These guys have some great starter pipes, but also have some just above that...I bought a Nording, with tobacco, the tool, the cleaners, and even a little how to guide for 50 bucks...including shipping, and it's a quality pipe...they are very nice on the phone, can help you with a selection of pipe-weed....Just get a little of three kinds or something....the middle-earth series is fun, and their house tobaccy, the Just For Him....is really nice, and still my favorite......browse the site, there is tons of info on pipes, types of pipes, tobacco's, blends, tons of great info.

http://www.justforhim.com/pipes/index.html


----------



## SRoper

If you aren't willing to spend around $50 for something like a Stanwell, I'd stick with a corncob pipe.

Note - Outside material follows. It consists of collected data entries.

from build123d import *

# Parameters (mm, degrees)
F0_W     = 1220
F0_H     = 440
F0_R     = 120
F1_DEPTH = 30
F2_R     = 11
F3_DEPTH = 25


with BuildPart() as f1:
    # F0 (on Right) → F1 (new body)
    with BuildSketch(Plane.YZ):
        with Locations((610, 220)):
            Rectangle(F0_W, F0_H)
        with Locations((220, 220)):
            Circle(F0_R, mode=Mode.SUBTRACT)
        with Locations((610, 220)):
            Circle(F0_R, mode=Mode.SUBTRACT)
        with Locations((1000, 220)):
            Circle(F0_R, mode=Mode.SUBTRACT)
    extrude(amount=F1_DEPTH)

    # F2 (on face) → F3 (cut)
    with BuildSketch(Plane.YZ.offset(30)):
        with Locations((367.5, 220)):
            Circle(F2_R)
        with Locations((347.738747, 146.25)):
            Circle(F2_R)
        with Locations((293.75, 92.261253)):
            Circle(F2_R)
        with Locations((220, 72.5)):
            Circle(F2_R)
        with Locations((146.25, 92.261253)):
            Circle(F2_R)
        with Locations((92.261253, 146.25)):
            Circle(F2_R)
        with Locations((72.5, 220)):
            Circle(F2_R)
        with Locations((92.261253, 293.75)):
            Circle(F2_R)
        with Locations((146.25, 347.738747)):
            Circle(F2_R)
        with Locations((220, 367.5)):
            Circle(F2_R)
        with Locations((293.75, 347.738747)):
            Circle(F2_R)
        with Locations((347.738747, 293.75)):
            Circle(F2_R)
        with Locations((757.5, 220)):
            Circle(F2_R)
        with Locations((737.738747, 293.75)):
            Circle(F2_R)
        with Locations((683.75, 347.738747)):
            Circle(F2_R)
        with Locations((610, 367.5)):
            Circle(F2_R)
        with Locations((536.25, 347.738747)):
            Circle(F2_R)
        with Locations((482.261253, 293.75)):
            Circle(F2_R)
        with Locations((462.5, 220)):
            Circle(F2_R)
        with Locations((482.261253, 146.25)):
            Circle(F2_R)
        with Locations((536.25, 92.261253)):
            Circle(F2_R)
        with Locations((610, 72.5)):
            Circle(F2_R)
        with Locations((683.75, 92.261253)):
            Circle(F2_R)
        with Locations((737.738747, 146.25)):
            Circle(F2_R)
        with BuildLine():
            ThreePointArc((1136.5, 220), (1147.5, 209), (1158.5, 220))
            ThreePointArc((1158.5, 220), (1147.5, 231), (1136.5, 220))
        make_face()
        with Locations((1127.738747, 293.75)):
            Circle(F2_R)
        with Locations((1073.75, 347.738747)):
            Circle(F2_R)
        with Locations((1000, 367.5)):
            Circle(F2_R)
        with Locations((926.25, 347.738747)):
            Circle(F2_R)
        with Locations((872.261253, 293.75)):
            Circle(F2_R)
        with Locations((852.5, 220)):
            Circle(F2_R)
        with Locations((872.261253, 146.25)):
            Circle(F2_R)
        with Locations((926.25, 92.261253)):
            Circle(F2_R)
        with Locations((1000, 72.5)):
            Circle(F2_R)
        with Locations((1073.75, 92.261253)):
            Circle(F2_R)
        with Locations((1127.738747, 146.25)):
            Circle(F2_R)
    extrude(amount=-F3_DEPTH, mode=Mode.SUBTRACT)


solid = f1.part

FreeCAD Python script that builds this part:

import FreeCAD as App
import Part
import Sketcher

V = App.Vector
Q = App.Units.Quantity


def add_polygon(sketch, points):
    """Adds a closed chain of lines whose ends are joined by coincident constraints."""
    first, n = sketch.GeometryCount, len(points)
    for a, b in zip(points, points[1:] + points[:1]):
        sketch.addGeometry(Part.LineSegment(App.Vector(*a, 0), App.Vector(*b, 0)), False)
    for i in range(n):
        sketch.addConstraint(Sketcher.Constraint("Coincident", first + i, 2, first + (i + 1) % n, 1))

doc = App.newDocument("Part")
body = doc.addObject("PartDesign::Body", "Body")

sketch1 = body.newObject("Sketcher::SketchObject", "Sketch")
sketch1.AttachmentSupport = (doc.getObject("YZ_Plane"), [""])
sketch1.MapMode = "FlatFace"
add_polygon(sketch1, [(0, 440), (0, 0), (1220, 0), (1220, 440)])
sketch1.addGeometry(Part.Circle(V(220, 220, 0), V(0, 0, 1), 120), False)
sketch1.addGeometry(Part.Circle(V(610, 220, 0), V(0, 0, 1), 120), False)
sketch1.addGeometry(Part.Circle(V(1000, 220, 0), V(0, 0, 1), 120), False)
sketch1.addConstraint([
    Sketcher.Constraint("Vertical", 0),
    Sketcher.Constraint("Horizontal", 1),
    Sketcher.Constraint("Vertical", 2),
    Sketcher.Constraint("Horizontal", 3),
    Sketcher.Constraint("Coincident", 0, 2, -1, 1),
    Sketcher.Constraint("Equal", 4, 5),
    Sketcher.Constraint("Equal", 5, 6),
    Sketcher.Constraint("Horizontal", 4, 3, 5, 3),
    Sketcher.Constraint("Horizontal", 5, 3, 6, 3),
    Sketcher.Constraint("Diameter", 4, Q("240 mm")),
    Sketcher.Constraint("DistanceX", 1, 1, 1, 2, Q("1220 mm")),
    Sketcher.Constraint("DistanceY", 0, 2, 0, 1, Q("440 mm")),
    Sketcher.Constraint("DistanceX", -1, 1, 4, 3, Q("220 mm")),
    Sketcher.Constraint("DistanceY", -1, 1, 4, 3, Q("220 mm")),
    Sketcher.Constraint("DistanceX", -1, 1, 5, 3, Q("610 mm")),
    Sketcher.Constraint("DistanceX", -1, 1, 6, 3, Q("1000 mm")),
])
pad1 = body.newObject("PartDesign::Pad", "Pad")
pad1.Profile = sketch1
pad1.Length = 30

sketch2 = body.newObject("Sketcher::SketchObject", "Sketch001")
sketch2.AttachmentSupport = (doc.getObject("YZ_Plane"), [""])
sketch2.MapMode = "FlatFace"
sketch2.AttachmentOffset = App.Placement(V(0, 0, 30), App.Rotation())
sketch2.addGeometry([
    Part.Circle(V(368, 220, 0), V(0, 0, 1), 11),
    Part.Circle(V(348, 146, 0), V(0, 0, 1), 11),
    Part.Circle(V(294, 92, 0), V(0, 0, 1), 11),
    Part.Circle(V(220, 72, 0), V(0, 0, 1), 11),
    Part.Circle(V(146, 92, 0), V(0, 0, 1), 11),
    Part.Circle(V(92, 146, 0), V(0, 0, 1), 11),
    Part.Circle(V(72, 220, 0), V(0, 0, 1), 11),
    Part.Circle(V(92, 294, 0), V(0, 0, 1), 11),
    Part.Circle(V(146, 348, 0), V(0, 0, 1), 11),
    Part.Circle(V(220, 368, 0), V(0, 0, 1), 11),
    Part.Circle(V(294, 348, 0), V(0, 0, 1), 11),
    Part.Circle(V(348, 294, 0), V(0, 0, 1), 11),
    Part.Circle(V(758, 220, 0), V(0, 0, 1), 11),
    Part.Circle(V(738, 294, 0), V(0, 0, 1), 11),
    Part.Circle(V(684, 348, 0), V(0, 0, 1), 11),
    Part.Circle(V(610, 368, 0), V(0, 0, 1), 11),
    Part.Circle(V(536, 348, 0), V(0, 0, 1), 11),
    Part.Circle(V(482, 294, 0), V(0, 0, 1), 11),
    Part.Circle(V(462, 220, 0), V(0, 0, 1), 11),
    Part.Circle(V(482, 146, 0), V(0, 0, 1), 11),
    Part.Circle(V(536, 92, 0), V(0, 0, 1), 11),
    Part.Circle(V(610, 72, 0), V(0, 0, 1), 11),
    Part.Circle(V(684, 92, 0), V(0, 0, 1), 11),
    Part.Circle(V(738, 146, 0), V(0, 0, 1), 11),
    Part.Circle(V(1148, 220, 0), V(0, 0, 1), 11),
    Part.Circle(V(1128, 294, 0), V(0, 0, 1), 11),
    Part.Circle(V(1074, 348, 0), V(0, 0, 1), 11),
    Part.Circle(V(1000, 368, 0), V(0, 0, 1), 11),
    Part.Circle(V(926, 348, 0), V(0, 0, 1), 11),
    Part.Circle(V(872, 294, 0), V(0, 0, 1), 11),
    Part.Circle(V(852, 220, 0), V(0, 0, 1), 11),
    Part.Circle(V(872, 146, 0), V(0, 0, 1), 11),
    Part.Circle(V(926, 92, 0), V(0, 0, 1), 11),
    Part.Circle(V(1000, 72, 0), V(0, 0, 1), 11),
    Part.Circle(V(1074, 92, 0), V(0, 0, 1), 11),
    Part.Circle(V(1128, 146, 0), V(0, 0, 1), 11),
], False)
sketch2.addConstraint([
    Sketcher.Constraint("Equal", 0, 1),
    Sketcher.Constraint("Equal", 1, 2),
    Sketcher.Constraint("Equal", 2, 3),
    Sketcher.Constraint("Equal", 3, 4),
    Sketcher.Constraint("Equal", 4, 5),
    Sketcher.Constraint("Equal", 5, 6),
    Sketcher.Constraint("Equal", 6, 7),
    Sketcher.Constraint("Equal", 7, 8),
    Sketcher.Constraint("Equal", 8, 9),
    Sketcher.Constraint("Equal", 9, 10),
    Sketcher.Constraint("Equal", 10, 11),
    Sketcher.Constraint("Equal", 11, 12),
    Sketcher.Constraint("Equal", 12, 13),
    Sketcher.Constraint("Equal", 13, 14),
    Sketcher.Constraint("Equal", 14, 15),
    Sketcher.Constraint("Equal", 15, 16),
    Sketcher.Constraint("Equal", 16, 17),
    Sketcher.Constraint("Equal", 17, 18),
    Sketcher.Constraint("Equal", 18, 19),
    Sketcher.Constraint("Equal", 19, 20),
    Sketcher.Constraint("Equal", 20, 21),
    Sketcher.Constraint("Equal", 21, 22),
    Sketcher.Constraint("Equal", 22, 23),
    Sketcher.Constraint("Equal", 23, 24),
    Sketcher.Constraint("Equal", 24, 25),
    Sketcher.Constraint("Equal", 25, 26),
    Sketcher.Constraint("Equal", 26, 27),
    Sketcher.Constraint("Equal", 27, 28),
    Sketcher.Constraint("Equal", 28, 29),
    Sketcher.Constraint("Equal", 29, 30),
    Sketcher.Constraint("Equal", 30, 31),
    Sketcher.Constraint("Equal", 31, 32),
    Sketcher.Constraint("Equal", 32, 33),
    Sketcher.Constraint("Equal", 33, 34),
    Sketcher.Constraint("Equal", 34, 35),
    Sketcher.Constraint("Horizontal", 2, 3, 4, 3),
    Sketcher.Constraint("Horizontal", 1, 3, 5, 3),
    Sketcher.Constraint("Horizontal", 0, 3, 6, 3),
    Sketcher.Constraint("Horizontal", 8, 3, 10, 3),
    Sketcher.Constraint("Horizontal", 7, 3, 11, 3),
    Sketcher.Constraint("Horizontal", 6, 3, 12, 3),
    Sketcher.Constraint("Horizontal", 11, 3, 13, 3),
    Sketcher.Constraint("Horizontal", 10, 3, 14, 3),
    Sketcher.Constraint("Horizontal", 9, 3, 15, 3),
    Sketcher.Constraint("Horizontal", 14, 3, 16, 3),
    Sketcher.Constraint("Horizontal", 13, 3, 17, 3),
    Sketcher.Constraint("Horizontal", 12, 3, 18, 3),
    Sketcher.Constraint("Horizontal", 5, 3, 19, 3),
    Sketcher.Constraint("Horizontal", 4, 3, 20, 3),
    Sketcher.Constraint("Horizontal", 3, 3, 21, 3),
    Sketcher.Constraint("Horizontal", 20, 3, 22, 3),
    Sketcher.Constraint("Horizontal", 19, 3, 23, 3),
    Sketcher.Constraint("Horizontal", 18, 3, 24, 3),
    Sketcher.Constraint("Horizontal", 17, 3, 25, 3),
    Sketcher.Constraint("Horizontal", 16, 3, 26, 3),
    Sketcher.Constraint("Horizontal", 15, 3, 27, 3),
    Sketcher.Constraint("Horizontal", 26, 3, 28, 3),
    Sketcher.Constraint("Horizontal", 25, 3, 29, 3),
    Sketcher.Constraint("Horizontal", 24, 3, 30, 3),
    Sketcher.Constraint("Horizontal", 23, 3, 31, 3),
    Sketcher.Constraint("Horizontal", 22, 3, 32, 3),
    Sketcher.Constraint("Horizontal", 21, 3, 33, 3),
    Sketcher.Constraint("Horizontal", 32, 3, 34, 3),
    Sketcher.Constraint("Horizontal", 31, 3, 35, 3),
    Sketcher.Constraint("Vertical", 5, 3, 7, 3),
    Sketcher.Constraint("Vertical", 4, 3, 8, 3),
    Sketcher.Constraint("Vertical", 3, 3, 9, 3),
    Sketcher.Constraint("Vertical", 2, 3, 10, 3),
    Sketcher.Constraint("Vertical", 1, 3, 11, 3),
    Sketcher.Constraint("Vertical", 17, 3, 19, 3),
    Sketcher.Constraint("Vertical", 16, 3, 20, 3),
    Sketcher.Constraint("Vertical", 15, 3, 21, 3),
    Sketcher.Constraint("Vertical", 14, 3, 22, 3),
    Sketcher.Constraint("Vertical", 13, 3, 23, 3),
    Sketcher.Constraint("Vertical", 29, 3, 31, 3),
    Sketcher.Constraint("Vertical", 28, 3, 32, 3),
    Sketcher.Constraint("Vertical", 27, 3, 33, 3),
    Sketcher.Constraint("Vertical", 26, 3, 34, 3),
    Sketcher.Constraint("Vertical", 25, 3, 35, 3),
    Sketcher.Constraint("Diameter", 0, Q("22 mm")),
    Sketcher.Constraint("DistanceY", -1, 1, 0, 3, Q("220 mm")),
    Sketcher.Constraint("DistanceX", -1, 1, 3, 3, Q("220 mm")),
    Sketcher.Constraint("DistanceX", -1, 1, 15, 3, Q("610 mm")),
    Sketcher.Constraint("DistanceX", -1, 1, 27, 3, Q("1000 mm")),
    Sketcher.Constraint("DistanceX", 0, 3, 12, 3, Q("390 mm")),
    Sketcher.Constraint("DistanceX", 11, 3, 13, 3, Q("390 mm")),
    Sketcher.Constraint("DistanceX", 10, 3, 14, 3, Q("390 mm")),
    Sketcher.Constraint("DistanceX", 0, 3, 18, 3, Q("95 mm")),
    Sketcher.Constraint("DistanceX", 12, 3, 24, 3, Q("390 mm")),
    Sketcher.Constraint("DistanceX", 13, 3, 25, 3, Q("390 mm")),
    Sketcher.Constraint("DistanceX", 14, 3, 26, 3, Q("390 mm")),
    Sketcher.Constraint("DistanceX", 12, 3, 30, 3, Q("95 mm")),
    Sketcher.Constraint("DistanceX", -1, 1, 0, 3, Q("367.5 mm")),
    Sketcher.Constraint("DistanceY", -1, 1, 3, 3, Q("72.5 mm")),
    Sketcher.Constraint("DistanceX", -1, 1, 6, 3, Q("72.5 mm")),
    Sketcher.Constraint("DistanceY", -1, 1, 9, 3, Q("367.5 mm")),
    Sketcher.Constraint("DistanceX", 4, 3, 2, 3, Q("147.5 mm")),
    Sketcher.Constraint("DistanceY", 5, 3, 7, 3, Q("147.5 mm")),
    Sketcher.Constraint("DistanceX", 16, 3, 14, 3, Q("147.5 mm")),
    Sketcher.Constraint("DistanceX", 28, 3, 26, 3, Q("147.5 mm")),
    Sketcher.Constraint("DistanceY", -1, 1, 1, 3, Q("146.25 mm")),
    Sketcher.Constraint("DistanceX", -1, 1, 2, 3, Q("293.75 mm")),
    Sketcher.Constraint("DistanceX", -1, 1, 1, 3, Q("347.738747 mm")),
    Sketcher.Constraint("DistanceY", -1, 1, 2, 3, Q("92.261253 mm")),
    Sketcher.Constraint("DistanceX", -1, 1, 5, 3, Q("92.261253 mm")),
    Sketcher.Constraint("DistanceY", -1, 1, 8, 3, Q("347.738747 mm")),
    Sketcher.Constraint("DistanceX", -1, 1, 17, 3, Q("482.261253 mm")),
    Sketcher.Constraint("DistanceX", -1, 1, 29, 3, Q("872.261253 mm")),
])
pocket1 = body.newObject("PartDesign::Pocket", "Pocket")
pocket1.Profile = sketch2
pocket1.Length = 25

doc.recompute()
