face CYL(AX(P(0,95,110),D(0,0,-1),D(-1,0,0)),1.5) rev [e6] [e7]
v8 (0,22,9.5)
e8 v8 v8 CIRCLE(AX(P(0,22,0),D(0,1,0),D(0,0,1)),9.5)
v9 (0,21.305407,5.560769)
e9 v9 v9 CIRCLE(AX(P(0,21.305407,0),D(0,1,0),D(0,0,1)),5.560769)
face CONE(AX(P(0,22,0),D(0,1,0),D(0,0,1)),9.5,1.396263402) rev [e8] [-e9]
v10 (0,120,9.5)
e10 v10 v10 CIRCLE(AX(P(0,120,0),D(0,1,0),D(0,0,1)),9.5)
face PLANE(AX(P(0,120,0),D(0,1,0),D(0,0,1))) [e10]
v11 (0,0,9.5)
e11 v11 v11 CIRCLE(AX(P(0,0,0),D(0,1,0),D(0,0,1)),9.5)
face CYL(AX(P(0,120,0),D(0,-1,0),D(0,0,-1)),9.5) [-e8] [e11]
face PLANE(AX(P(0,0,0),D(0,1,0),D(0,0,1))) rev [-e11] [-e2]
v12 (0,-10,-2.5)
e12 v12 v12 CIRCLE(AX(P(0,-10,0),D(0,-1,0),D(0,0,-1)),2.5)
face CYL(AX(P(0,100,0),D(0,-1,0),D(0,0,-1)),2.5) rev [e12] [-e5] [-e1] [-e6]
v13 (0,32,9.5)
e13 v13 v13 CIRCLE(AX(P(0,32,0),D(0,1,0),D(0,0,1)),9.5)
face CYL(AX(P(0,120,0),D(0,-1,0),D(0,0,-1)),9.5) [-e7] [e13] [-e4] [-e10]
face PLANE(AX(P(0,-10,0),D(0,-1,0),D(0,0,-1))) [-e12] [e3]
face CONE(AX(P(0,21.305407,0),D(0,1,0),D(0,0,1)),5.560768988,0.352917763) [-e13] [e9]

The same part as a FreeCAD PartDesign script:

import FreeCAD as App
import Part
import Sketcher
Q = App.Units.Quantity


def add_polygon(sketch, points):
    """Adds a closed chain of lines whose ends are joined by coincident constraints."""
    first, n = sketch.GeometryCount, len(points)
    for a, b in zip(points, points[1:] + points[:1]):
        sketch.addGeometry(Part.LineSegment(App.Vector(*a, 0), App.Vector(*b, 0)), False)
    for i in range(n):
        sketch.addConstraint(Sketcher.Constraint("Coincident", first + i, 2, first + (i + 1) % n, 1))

It is possible to get a good quality estate pipe for less, but that requires that you know what you are looking for.


----------



## CDM

G.Wetmore said:


> How much do you want to spend?
> 
> 
> The only way that i would smoke captain black is if I was in prison, and thats all I could get.



 

Don't despise the Ol' Cap'n though - for a poor student its marvelous.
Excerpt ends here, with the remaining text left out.